Next, an example of accessing in descending order will be described. In the step S901, with respect to the cache line number i registered in the cache miss buffer 49, the hardware prefetch circuit 27 checks whether or not the immediately following count value cnt(i+1) of the cache miss counter 44 is “1”. In a case of “1”, the processing proceeds to the step S902. In the step S902, in the prefetch queue 43, the hardware prefetch circuit 27 registers a cache line number i−1 obtained by subtracting the prefetch position q (=1) from the cache line number i.


In addition, the number of the prefetch queue 43 is not limited to one, and a plurality of prefetch queues 43 may be prepared. In that case, prefetch processing based on the hardware prefetch circuit 27 is simultaneously executed with respect to a plurality of data streams.


In addition, if the prefetch stop instruction, “hpf_stop”, in FIG. 3A is executed, the hardware prefetch circuit 27 promptly halts the issuer 46, and deletes a cache line number in the prefetch queue 43. This enables the hardware prefetch to be stopped.

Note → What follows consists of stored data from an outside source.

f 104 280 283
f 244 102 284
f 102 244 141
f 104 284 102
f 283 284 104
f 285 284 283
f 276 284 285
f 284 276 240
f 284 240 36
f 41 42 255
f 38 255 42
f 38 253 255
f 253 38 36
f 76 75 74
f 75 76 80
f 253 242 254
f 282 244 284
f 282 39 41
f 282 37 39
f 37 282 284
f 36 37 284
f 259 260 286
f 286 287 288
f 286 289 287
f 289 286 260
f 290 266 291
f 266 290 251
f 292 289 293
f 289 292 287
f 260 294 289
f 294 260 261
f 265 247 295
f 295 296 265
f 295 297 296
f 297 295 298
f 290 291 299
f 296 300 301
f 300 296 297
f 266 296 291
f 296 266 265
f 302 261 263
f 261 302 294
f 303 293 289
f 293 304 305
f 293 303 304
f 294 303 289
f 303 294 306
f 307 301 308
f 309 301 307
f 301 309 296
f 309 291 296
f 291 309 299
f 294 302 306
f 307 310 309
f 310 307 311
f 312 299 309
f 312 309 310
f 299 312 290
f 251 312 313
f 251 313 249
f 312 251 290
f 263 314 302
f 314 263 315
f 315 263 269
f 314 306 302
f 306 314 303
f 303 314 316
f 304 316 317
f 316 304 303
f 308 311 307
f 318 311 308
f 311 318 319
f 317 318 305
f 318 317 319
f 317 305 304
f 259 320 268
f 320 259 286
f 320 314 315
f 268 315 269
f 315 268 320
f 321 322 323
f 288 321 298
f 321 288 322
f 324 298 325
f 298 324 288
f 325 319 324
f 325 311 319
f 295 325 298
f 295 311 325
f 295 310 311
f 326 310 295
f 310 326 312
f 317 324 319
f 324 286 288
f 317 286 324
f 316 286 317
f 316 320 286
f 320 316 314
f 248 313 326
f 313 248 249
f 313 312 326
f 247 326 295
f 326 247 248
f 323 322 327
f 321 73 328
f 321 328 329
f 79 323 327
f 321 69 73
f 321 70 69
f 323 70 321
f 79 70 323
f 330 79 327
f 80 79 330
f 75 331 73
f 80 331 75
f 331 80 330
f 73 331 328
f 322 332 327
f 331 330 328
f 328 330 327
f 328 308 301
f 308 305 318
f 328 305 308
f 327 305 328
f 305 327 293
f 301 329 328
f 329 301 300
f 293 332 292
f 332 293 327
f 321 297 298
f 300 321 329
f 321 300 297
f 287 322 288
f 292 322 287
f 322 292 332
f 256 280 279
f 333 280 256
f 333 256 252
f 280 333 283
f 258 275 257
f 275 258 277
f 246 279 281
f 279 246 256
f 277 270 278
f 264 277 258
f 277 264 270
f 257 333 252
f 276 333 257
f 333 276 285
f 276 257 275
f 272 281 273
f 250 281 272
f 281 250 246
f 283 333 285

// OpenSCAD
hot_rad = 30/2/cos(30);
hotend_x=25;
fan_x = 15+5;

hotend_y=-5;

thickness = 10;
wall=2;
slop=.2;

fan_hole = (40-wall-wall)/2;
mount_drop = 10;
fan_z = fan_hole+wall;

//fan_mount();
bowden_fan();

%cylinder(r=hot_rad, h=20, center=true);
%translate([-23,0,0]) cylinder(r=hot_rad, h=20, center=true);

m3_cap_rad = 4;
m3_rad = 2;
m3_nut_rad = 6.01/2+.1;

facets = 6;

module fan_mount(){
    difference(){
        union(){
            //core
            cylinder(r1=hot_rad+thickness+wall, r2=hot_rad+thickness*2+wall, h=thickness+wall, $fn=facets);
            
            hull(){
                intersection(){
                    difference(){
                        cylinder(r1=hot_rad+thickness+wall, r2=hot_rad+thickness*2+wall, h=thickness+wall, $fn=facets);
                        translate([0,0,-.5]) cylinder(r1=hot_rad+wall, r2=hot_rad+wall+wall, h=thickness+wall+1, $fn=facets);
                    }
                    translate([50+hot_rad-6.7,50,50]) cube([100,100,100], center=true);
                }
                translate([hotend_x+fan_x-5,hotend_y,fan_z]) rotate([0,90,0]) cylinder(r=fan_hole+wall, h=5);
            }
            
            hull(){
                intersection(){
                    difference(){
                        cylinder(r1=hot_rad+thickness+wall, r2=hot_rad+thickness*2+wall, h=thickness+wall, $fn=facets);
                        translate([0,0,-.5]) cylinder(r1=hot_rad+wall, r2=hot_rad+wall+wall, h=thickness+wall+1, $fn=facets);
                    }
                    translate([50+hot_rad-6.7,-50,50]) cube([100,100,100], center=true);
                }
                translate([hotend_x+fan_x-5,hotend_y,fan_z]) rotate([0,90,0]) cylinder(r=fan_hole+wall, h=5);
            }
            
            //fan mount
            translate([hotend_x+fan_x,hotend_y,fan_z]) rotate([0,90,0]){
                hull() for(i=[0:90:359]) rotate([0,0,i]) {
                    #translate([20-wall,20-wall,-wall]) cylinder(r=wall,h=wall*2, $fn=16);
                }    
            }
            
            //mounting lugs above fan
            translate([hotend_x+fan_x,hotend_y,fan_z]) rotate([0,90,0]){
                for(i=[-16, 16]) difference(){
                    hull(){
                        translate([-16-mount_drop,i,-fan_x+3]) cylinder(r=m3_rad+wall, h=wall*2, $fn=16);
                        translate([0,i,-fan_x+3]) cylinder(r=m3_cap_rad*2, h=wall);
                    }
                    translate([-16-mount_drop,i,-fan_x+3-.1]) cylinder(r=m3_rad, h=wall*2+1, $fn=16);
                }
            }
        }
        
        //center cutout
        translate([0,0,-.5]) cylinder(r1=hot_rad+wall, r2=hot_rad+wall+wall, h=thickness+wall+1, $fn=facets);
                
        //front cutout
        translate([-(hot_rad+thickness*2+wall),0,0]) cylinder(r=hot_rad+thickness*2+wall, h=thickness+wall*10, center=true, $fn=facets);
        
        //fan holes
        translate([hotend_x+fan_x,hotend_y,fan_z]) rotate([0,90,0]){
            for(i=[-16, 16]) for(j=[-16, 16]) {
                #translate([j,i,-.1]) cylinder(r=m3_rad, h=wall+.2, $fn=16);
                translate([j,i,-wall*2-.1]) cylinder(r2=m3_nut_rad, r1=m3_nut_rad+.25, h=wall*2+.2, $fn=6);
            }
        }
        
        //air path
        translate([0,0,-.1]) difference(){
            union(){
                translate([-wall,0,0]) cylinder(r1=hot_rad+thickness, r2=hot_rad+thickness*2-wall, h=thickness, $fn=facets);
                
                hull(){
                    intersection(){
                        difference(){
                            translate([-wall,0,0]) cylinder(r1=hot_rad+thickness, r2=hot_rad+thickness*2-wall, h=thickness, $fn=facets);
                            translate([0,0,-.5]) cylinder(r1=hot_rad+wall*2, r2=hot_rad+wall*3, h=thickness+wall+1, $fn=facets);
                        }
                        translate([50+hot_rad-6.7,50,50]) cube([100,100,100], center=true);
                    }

FIG. 10 corresponds to FIG. 9A, and is a diagram illustrating an example of processing in a case where the number r of free cache lines is “1”. If the number-of-free-cache-lines specifying instruction, “hpf_range #r”, in FIG. 4A is executed, the hardware prefetch circuit 27 stores the number r of free cache lines in a register 51 in FIG. 6. Even if there are free cache lines whose number is r (=1) within successive cache lines whose number is p (=2), a checker 55 in FIG. 6 determines that cache misses occur in the successive cache lines whose number is p, and performs registration to the prefetch queue 43. For example, in a case where the cache line number 5 is not accessed, even if there is the free cache line number 5 whose number is r (=1) within the successive cache lines 4 and 5 whose number is p (=2), a cache line number 6 (=5+1) is registered in the prefetch queue 43, the cache line number 6 (=5+1) being obtained by adding the prefetch position q (=1) to the cache line number 5. In addition, in a case where a cache miss in the cache line number 6 occurs, even if there is the free cache line number 5 whose number is r (=1) within the successive cache lines 5 and 6 whose number is p (=2), a cache line number 7 (=6+1) is registered in the prefetch queue 43, the cache line number 7 (=6+1) being obtained by adding the prefetch position q (=1) to the cache line number 6.

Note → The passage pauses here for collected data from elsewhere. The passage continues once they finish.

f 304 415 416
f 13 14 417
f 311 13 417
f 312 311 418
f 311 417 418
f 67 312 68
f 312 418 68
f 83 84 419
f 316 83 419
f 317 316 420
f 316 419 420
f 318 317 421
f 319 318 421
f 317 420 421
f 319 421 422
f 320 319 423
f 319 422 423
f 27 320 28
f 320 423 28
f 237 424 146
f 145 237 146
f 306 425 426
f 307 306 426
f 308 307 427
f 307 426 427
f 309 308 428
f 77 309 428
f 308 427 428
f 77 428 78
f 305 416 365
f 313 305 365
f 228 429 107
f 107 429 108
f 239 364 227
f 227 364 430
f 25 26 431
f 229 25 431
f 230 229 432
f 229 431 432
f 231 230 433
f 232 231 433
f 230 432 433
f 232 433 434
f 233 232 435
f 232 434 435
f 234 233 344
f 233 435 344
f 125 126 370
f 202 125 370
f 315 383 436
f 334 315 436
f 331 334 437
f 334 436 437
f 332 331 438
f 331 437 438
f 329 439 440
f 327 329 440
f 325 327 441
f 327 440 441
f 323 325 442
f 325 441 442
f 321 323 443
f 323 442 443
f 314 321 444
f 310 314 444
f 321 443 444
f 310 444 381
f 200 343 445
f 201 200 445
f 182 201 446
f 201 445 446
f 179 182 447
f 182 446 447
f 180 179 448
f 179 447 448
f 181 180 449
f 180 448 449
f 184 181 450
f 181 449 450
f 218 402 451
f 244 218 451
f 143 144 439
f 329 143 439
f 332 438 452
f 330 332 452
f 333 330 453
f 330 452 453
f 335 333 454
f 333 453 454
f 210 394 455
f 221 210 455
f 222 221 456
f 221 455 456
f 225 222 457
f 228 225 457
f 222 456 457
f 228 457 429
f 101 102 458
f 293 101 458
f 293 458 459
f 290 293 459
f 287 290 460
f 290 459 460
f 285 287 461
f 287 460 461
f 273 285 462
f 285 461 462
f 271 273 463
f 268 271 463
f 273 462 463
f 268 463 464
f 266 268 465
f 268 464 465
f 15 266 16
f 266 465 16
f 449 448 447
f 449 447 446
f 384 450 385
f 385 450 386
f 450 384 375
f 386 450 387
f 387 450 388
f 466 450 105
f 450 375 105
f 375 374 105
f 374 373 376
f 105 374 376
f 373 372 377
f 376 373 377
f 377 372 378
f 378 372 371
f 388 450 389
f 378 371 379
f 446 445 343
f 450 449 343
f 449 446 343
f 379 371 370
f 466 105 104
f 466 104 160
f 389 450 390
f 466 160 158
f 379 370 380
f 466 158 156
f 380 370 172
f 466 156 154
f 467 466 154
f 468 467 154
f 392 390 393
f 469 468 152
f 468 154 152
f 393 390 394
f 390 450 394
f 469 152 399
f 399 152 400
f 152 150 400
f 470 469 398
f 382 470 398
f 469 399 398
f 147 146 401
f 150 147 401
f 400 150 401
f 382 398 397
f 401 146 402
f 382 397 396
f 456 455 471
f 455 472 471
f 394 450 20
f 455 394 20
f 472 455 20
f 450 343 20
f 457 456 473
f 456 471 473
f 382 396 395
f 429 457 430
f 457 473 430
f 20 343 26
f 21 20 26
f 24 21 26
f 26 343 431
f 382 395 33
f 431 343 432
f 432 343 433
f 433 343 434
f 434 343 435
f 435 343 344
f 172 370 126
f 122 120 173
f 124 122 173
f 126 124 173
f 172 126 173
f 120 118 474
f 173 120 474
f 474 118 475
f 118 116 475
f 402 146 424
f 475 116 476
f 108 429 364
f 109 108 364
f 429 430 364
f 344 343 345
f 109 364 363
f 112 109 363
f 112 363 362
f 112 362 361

FIG. 11 is a flowchart illustrating processing in the checker 55 in FIG. 6. In a step S1101, in a case of ascending access, the checker 55 checks whether or not the last count value cnt(i−1) of the cache miss counter 44 is “1”, with respect to a data stream of the cache line number i where hardware prefetch is currently issued. In a case of descending access, the checker 55 checks whether or not the immediately following count value cnt(i+1) of the cache miss counter 44 is “1”. In a case of “1” in the step S1102, the processing proceeds to a step S1106, and in a case of “0” in the step S1102, the processing proceeds to a step S1103.


In the step S1103, with respect to the cache line number i in the cache miss counter 44, the checker 55 checks whether or not the count value cnt(i−1−r) of a number i−1−r obtained by subtracting the number r of vacancies in the register 51 from the last cache line number i−1 is “1”. In a case of “1” in a step S1104, the processing proceeds to a step S1105, and in a case of “0” in the step S1104, the processing proceeds to the step S1106.


In the step S1105, the checker 55 determines that there is a free cache line whose number is r (=1) within successive cache lines whose number is p (=2), and additionally registers, in the prefetch queue 43, cache line numbers i+1−k (k=r,r−1, . . . , 0) whose number is r+1. After that, the processing returns to the processing operation in the step S1103.


In the step S1106, the hardware prefetch circuit 27 continues the hardware prefetch. In a step S1107, if the prefetch queue 43 becomes empty, the hardware prefetch circuit 27 stops the hardware prefetch.



FIG. 12 is a flowchart illustrating a generation method for the source programs 201, 301, 401, and 501 in FIG. 2A to FIG. 5A. In a step S1201, using a computer 1200, a user finds out a point of high-cost loop processing taking a lot of time, based on a debugger, a profile, a write statement, or the like. Next, in a step S1202, using the computer 1200, the user detects a target point of the following (1) or (2) within the high-cost loop processing, by use of the debugger, a profile tool, or the like.


(1) data access in a continuous area is discontinuous in a minute section in a toothless manner.


(2) data access in a continuous area occurs and/or finishes.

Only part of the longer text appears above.